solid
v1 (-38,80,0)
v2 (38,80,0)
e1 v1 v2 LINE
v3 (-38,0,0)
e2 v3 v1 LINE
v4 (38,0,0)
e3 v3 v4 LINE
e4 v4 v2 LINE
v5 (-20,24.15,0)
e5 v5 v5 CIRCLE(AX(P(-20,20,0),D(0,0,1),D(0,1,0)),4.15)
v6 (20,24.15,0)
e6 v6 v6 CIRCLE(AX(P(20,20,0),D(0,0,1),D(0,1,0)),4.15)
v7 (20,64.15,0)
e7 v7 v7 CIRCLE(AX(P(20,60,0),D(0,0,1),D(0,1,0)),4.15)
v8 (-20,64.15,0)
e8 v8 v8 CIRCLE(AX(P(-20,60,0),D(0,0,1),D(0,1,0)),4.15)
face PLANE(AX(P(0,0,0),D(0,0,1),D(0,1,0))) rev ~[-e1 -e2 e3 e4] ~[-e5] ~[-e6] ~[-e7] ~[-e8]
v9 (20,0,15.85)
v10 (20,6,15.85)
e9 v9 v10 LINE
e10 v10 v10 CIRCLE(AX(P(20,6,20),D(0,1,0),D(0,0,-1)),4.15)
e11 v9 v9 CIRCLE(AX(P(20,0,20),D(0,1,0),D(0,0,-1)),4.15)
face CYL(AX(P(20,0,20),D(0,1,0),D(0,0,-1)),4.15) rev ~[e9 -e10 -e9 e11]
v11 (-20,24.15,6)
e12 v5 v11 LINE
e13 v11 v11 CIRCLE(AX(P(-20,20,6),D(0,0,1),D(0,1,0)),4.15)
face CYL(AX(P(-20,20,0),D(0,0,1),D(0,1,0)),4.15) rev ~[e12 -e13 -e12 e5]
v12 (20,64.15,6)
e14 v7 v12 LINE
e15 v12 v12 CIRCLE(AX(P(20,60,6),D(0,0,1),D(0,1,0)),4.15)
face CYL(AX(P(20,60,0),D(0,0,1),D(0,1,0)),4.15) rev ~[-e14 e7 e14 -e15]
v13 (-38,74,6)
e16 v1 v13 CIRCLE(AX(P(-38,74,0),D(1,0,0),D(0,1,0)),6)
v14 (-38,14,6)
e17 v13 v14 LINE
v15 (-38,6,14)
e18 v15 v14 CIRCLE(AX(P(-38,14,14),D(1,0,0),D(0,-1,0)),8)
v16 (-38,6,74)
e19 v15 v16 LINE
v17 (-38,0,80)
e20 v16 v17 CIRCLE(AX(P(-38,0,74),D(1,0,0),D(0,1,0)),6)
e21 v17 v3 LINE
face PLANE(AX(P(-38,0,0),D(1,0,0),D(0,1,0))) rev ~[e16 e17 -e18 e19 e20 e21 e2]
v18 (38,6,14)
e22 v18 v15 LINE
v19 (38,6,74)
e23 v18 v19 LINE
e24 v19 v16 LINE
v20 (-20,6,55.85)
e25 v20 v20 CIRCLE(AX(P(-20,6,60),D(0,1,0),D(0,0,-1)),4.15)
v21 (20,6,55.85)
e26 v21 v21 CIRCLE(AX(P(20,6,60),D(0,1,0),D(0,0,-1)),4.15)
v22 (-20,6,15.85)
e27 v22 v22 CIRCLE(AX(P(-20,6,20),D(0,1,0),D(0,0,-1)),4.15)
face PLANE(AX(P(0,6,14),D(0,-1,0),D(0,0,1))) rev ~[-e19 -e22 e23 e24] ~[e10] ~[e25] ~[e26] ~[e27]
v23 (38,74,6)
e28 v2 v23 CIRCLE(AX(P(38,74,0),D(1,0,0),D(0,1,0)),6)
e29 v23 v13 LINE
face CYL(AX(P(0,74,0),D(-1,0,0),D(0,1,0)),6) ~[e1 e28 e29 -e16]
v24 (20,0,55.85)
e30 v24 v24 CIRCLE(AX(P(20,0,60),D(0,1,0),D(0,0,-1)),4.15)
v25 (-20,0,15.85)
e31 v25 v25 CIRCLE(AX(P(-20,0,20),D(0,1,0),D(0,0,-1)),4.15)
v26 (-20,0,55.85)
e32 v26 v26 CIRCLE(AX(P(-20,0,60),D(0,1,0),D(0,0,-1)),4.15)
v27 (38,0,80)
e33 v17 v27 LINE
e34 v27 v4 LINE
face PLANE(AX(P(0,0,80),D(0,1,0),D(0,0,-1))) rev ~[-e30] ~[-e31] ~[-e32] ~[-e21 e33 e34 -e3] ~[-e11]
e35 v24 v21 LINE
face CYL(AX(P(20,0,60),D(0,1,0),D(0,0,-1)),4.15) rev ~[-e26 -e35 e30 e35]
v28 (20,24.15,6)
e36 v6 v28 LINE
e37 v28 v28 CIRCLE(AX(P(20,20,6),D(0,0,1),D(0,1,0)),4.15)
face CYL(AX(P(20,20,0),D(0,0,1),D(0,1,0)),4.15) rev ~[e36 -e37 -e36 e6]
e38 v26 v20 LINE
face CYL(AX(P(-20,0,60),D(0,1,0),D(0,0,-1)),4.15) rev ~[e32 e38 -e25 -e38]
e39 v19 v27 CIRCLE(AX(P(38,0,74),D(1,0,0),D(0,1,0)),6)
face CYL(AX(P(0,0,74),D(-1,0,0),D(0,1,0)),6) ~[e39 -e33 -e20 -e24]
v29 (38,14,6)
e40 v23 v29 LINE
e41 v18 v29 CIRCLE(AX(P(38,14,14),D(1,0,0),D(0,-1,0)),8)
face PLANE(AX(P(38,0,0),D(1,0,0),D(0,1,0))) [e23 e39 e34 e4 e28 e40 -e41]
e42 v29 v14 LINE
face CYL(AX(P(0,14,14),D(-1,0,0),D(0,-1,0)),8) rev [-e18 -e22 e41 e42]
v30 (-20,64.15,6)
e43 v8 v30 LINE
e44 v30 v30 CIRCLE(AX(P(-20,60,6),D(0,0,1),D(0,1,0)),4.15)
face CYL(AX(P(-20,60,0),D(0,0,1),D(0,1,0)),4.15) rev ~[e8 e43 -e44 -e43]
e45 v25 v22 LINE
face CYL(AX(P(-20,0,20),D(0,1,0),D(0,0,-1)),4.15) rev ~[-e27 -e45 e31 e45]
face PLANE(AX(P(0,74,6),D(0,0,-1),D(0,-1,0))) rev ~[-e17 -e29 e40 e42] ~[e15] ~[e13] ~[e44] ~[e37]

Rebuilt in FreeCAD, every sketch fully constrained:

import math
import FreeCAD as App
import Part
import Sketcher

V = App.Vector
Q = App.Units.Quantity

doc = App.newDocument("Part")
body = doc.addObject("PartDesign::Body", "Body")

# Sketch on YZ plane
sketch1 = body.newObject("Sketcher::SketchObject", "Sketch")
sketch1.AttachmentSupport = (doc.getObject("YZ_Plane"), [""])
sketch1.MapMode = "FlatFace"
sketch1.addGeometry([
    Part.ArcOfCircle(Part.Circle(V(0, 74, 0), V(0, 0, 1), 6), math.radians(0), math.radians(90)),  # 0
    Part.LineSegment(V(0, 80, 0), V(0, 0, 0)),  # 1
    Part.LineSegment(V(0, 0, 0), V(80, 0, 0)),  # 2
    Part.ArcOfCircle(Part.Circle(V(74, 0, 0), V(0, 0, 1), 6), math.radians(0), math.radians(90)),  # 3
    Part.LineSegment(V(74, 6, 0), V(14, 6, 0)),  # 4
    Part.ArcOfCircle(Part.Circle(V(14, 14, 0), V(0, 0, 1), 8), math.radians(180), math.radians(270)),  # 5
    Part.LineSegment(V(6, 14, 0), V(6, 74, 0)),  # 6
], False)
sketch1.addConstraint([
    Sketcher.Constraint("Coincident", 0, 2, 1, 1),
    Sketcher.Constraint("Coincident", 1, 2, 2, 1),
    Sketcher.Constraint("Coincident", 2, 2, 3, 1),
    Sketcher.Constraint("Tangent", 3, 2, 4, 1),
    Sketcher.Constraint("Tangent", 4, 2, 5, 2),
    Sketcher.Constraint("Tangent", 5, 1, 6, 1),
    Sketcher.Constraint("Tangent", 6, 2, 0, 1),
    Sketcher.Constraint("Vertical", 1),
    Sketcher.Constraint("Horizontal", 2),
    Sketcher.Constraint("Horizontal", 4),
    Sketcher.Constraint("Vertical", 6),
    Sketcher.Constraint("Coincident", 1, 2, -1, 1),
    Sketcher.Constraint("Equal", 0, 3),
    Sketcher.Constraint("PointOnObject", 0, 3, -2),
    Sketcher.Constraint("PointOnObject", 3, 3, -1),
    Sketcher.Constraint("Equal", 2, 1),
    Sketcher.Constraint("Radius", 0, Q("6 mm")),
    Sketcher.Constraint("Radius", 5, Q("8 mm")),
    Sketcher.Constraint("DistanceX", 2, 1, 2, 2, Q("80 mm")),
])
pad1 = body.newObject("PartDesign::Pad", "Pad")
pad1.Profile = sketch1
pad1.Length = 76
pad1.Midplane = True

# Sketch on XY plane
sketch2 = body.newObject("Sketcher::SketchObject", "Sketch001")
sketch2.AttachmentSupport = (doc.getObject("XY_Plane"), [""])
sketch2.MapMode = "FlatFace"
sketch2.addGeometry(Part.Circle(V(20, 60, 0), V(0, 0, 1), 4.2), False)
sketch2.addConstraint([
    Sketcher.Constraint("Diameter", 0, Q("8.3 mm")),
    Sketcher.Constraint("DistanceX", -1, 1, 0, 3, Q("20 mm")),
    Sketcher.Constraint("DistanceY", -1, 1, 0, 3, Q("60 mm")),
])
doc.recompute()
hole = body.newObject("PartDesign::Hole", "Hole")
hole.Profile = sketch2
hole.ThreadType = "None"
hole.Diameter = 8.3
hole.DepthType = "Dimension"
hole.Depth = 6.6
hole.DrillPoint = "Flat"
hole.Reversed = True

# Sketch on XY plane
sketch3 = body.newObject("Sketcher::SketchObject", "Sketch002")
sketch3.AttachmentSupport = (doc.getObject("XY_Plane"), [""])
sketch3.MapMode = "FlatFace"
sketch3.addGeometry(Part.Circle(V(-20, 20, 0), V(0, 0, 1), 4.2), False)
sketch3.addConstraint([
    Sketcher.Constraint("Diameter", 0, Q("8.3 mm")),
    Sketcher.Constraint("DistanceX", 0, 3, -1, 1, Q("20 mm")),
    Sketcher.Constraint("DistanceY", -1, 1, 0, 3, Q("20 mm")),
])
doc.recompute()
hole2 = body.newObject("PartDesign::Hole", "Hole001")
hole2.Profile = sketch3
hole2.ThreadType = "None"
hole2.Diameter = 8.3
hole2.DepthType = "Dimension"
hole2.Depth = 6.6
hole2.DrillPoint = "Flat"
hole2.Reversed = True

# Sketch on XY plane
sketch4 = body.newObject("Sketcher::SketchObject", "Sketch003")
sketch4.AttachmentSupport = (doc.getObject("XY_Plane"), [""])
sketch4.MapMode = "FlatFace"
sketch4.addGeometry(Part.Circle(V(-20, 60, 0), V(0, 0, 1), 4.2), False)
sketch4.addConstraint([
    Sketcher.Constraint("Diameter", 0, Q("8.3 mm")),
    Sketcher.Constraint("DistanceX", 0, 3, -1, 1, Q("20 mm")),
    Sketcher.Constraint("DistanceY", -1, 1, 0, 3, Q("60 mm")),
])
doc.recompute()
hole3 = body.newObject("PartDesign::Hole", "Hole002")
hole3.Profile = sketch4
hole3.ThreadType = "None"
hole3.Diameter = 8.3
hole3.DepthType = "Dimension"
hole3.Depth = 6.6
hole3.DrillPoint = "Flat"
hole3.Reversed = True

# Sketch on XZ plane
sketch5 = body.newObject("Sketcher::SketchObject", "Sketch004")
sketch5.AttachmentSupport = (doc.getObject("XZ_Plane"), [""])
sketch5.MapMode = "FlatFace"
sketch5.addGeometry(Part.Circle(V(20, 20, 0), V(0, 0, 1), 4.2), False)
sketch5.addConstraint([
    Sketcher.Constraint("Diameter", 0, Q("8.3 mm")),
    Sketcher.Constraint("DistanceX", -1, 1, 0, 3, Q("20 mm")),
    Sketcher.Constraint("DistanceY", -1, 1, 0, 3, Q("20 mm")),
])
doc.recompute()
hole4 = body.newObject("PartDesign::Hole", "Hole003")
hole4.Profile = sketch5
hole4.ThreadType = "None"
hole4.Diameter = 8.3
hole4.DepthType = "Dimension"
hole4.Depth = 6.6
hole4.DrillPoint = "Flat"

# Sketch on XZ plane
sketch6 = body.newObject("Sketcher::SketchObject", "Sketch005")
sketch6.AttachmentSupport = (doc.getObject("XZ_Plane"), [""])
sketch6.MapMode = "FlatFace"
sketch6.addGeometry(Part.Circle(V(20, 60, 0), V(0, 0, 1), 4.2), False)
sketch6.addConstraint([
    Sketcher.Constraint("Diameter", 0, Q("8.3 mm")),
    Sketcher.Constraint("DistanceX", -1, 1, 0, 3, Q("20 mm")),
    Sketcher.Constraint("DistanceY", -1, 1, 0, 3, Q("60 mm")),
])
doc.recompute()
hole5 = body.newObject("PartDesign::Hole", "Hole004")
hole5.Profile = sketch6
hole5.ThreadType = "None"
hole5.Diameter = 8.3
hole5.DepthType = "Dimension"
hole5.Depth = 6.6
hole5.DrillPoint = "Flat"

# Sketch on XZ plane
sketch7 = body.newObject("Sketcher::SketchObject", "Sketch006")
sketch7.AttachmentSupport = (doc.getObject("XZ_Plane"), [""])
sketch7.MapMode = "FlatFace"
sketch7.addGeometry(Part.Circle(V(-20, 20, 0), V(0, 0, 1), 4.2), False)
sketch7.addConstraint([
    Sketcher.Constraint("Diameter", 0, Q("8.3 mm")),
    Sketcher.Constraint("DistanceX", 0, 3, -1, 1, Q("20 mm")),
    Sketcher.Constraint("DistanceY", -1, 1, 0, 3, Q("20 mm")),
])
doc.recompute()
hole6 = body.newObject("PartDesign::Hole", "Hole005")
hole6.Profile = sketch7
hole6.ThreadType = "None"
hole6.Diameter = 8.3
hole6.DepthType = "Dimension"
hole6.Depth = 6.6
hole6.DrillPoint = "Flat"

# Sketch on XZ plane
sketch8 = body.newObject("Sketcher::SketchObject", "Sketch007")
sketch8.AttachmentSupport = (doc.getObject("XZ_Plane"), [""])
sketch8.MapMode = "FlatFace"
sketch8.addGeometry(Part.Circle(V(-20, 60, 0), V(0, 0, 1), 4.2), False)
sketch8.addConstraint([
    Sketcher.Constraint("Diameter", 0, Q("8.3 mm")),
    Sketcher.Constraint("DistanceX", 0, 3, -1, 1, Q("20 mm")),
    Sketcher.Constraint("DistanceY", -1, 1, 0, 3, Q("60 mm")),
])
doc.recompute()
hole7 = body.newObject("PartDesign::Hole", "Hole006")
hole7.Profile = sketch8
hole7.ThreadType = "None"
hole7.Diameter = 8.3
hole7.DepthType = "Dimension"
hole7.Depth = 6.6
hole7.DrillPoint = "Flat"

# Sketch on XY plane
sketch9 = body.newObject("Sketcher::SketchObject", "Sketch008")
sketch9.AttachmentSupport = (doc.getObject("XY_Plane"), [""])
sketch9.MapMode = "FlatFace"
sketch9.addGeometry(Part.Circle(V(20, 20, 0), V(0, 0, 1), 4.2), False)
sketch9.addConstraint([
    Sketcher.Constraint("Diameter", 0, Q("8.3 mm")),
    Sketcher.Constraint("DistanceX", -1, 1, 0, 3, Q("20 mm")),
    Sketcher.Constraint("DistanceY", -1, 1, 0, 3, Q("20 mm")),
])
doc.recompute()
hole8 = body.newObject("PartDesign::Hole", "Hole007")
hole8.Profile = sketch9
hole8.ThreadType = "None"
hole8.Diameter = 8.3
hole8.DepthType = "Dimension"
hole8.Depth = 6.6
hole8.DrillPoint = "Flat"
hole8.Reversed = True

doc.recompute()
──────
▶ **WORK REQUEST**:
Copy out the lines above exactly, beginning at the one that contains "e39 v19 v27" and ending at the one that contains "Rebuilt in FreeCAD, every".

▶ **WRITTEN RESPONSE**:
e39 v19 v27 CIRCLE(AX(P(38,0,74),D(1,0,0),D(0,1,0)),6)
face CYL(AX(P(0,0,74),D(-1,0,0),D(0,1,0)),6) ~[e39 -e33 -e20 -e24]
v29 (38,14,6)
e40 v23 v29 LINE
e41 v18 v29 CIRCLE(AX(P(38,14,14),D(1,0,0),D(0,-1,0)),8)
face PLANE(AX(P(38,0,0),D(1,0,0),D(0,1,0))) [e23 e39 e34 e4 e28 e40 -e41]
e42 v29 v14 LINE
face CYL(AX(P(0,14,14),D(-1,0,0),D(0,-1,0)),8) rev [-e18 -e22 e41 e42]
v30 (-20,64.15,6)
e43 v8 v30 LINE
e44 v30 v30 CIRCLE(AX(P(-20,60,6),D(0,0,1),D(0,1,0)),4.15)
face CYL(AX(P(-20,60,0),D(0,0,1),D(0,1,0)),4.15) rev ~[e8 e43 -e44 -e43]
e45 v25 v22 LINE
face CYL(AX(P(-20,0,20),D(0,1,0),D(0,0,-1)),4.15) rev ~[-e27 -e45 e31 e45]
face PLANE(AX(P(0,74,6),D(0,0,-1),D(0,-1,0))) rev ~[-e17 -e29 e40 e42] ~[e15] ~[e13] ~[e44] ~[e37]

Rebuilt in FreeCAD, every sketch fully constrained:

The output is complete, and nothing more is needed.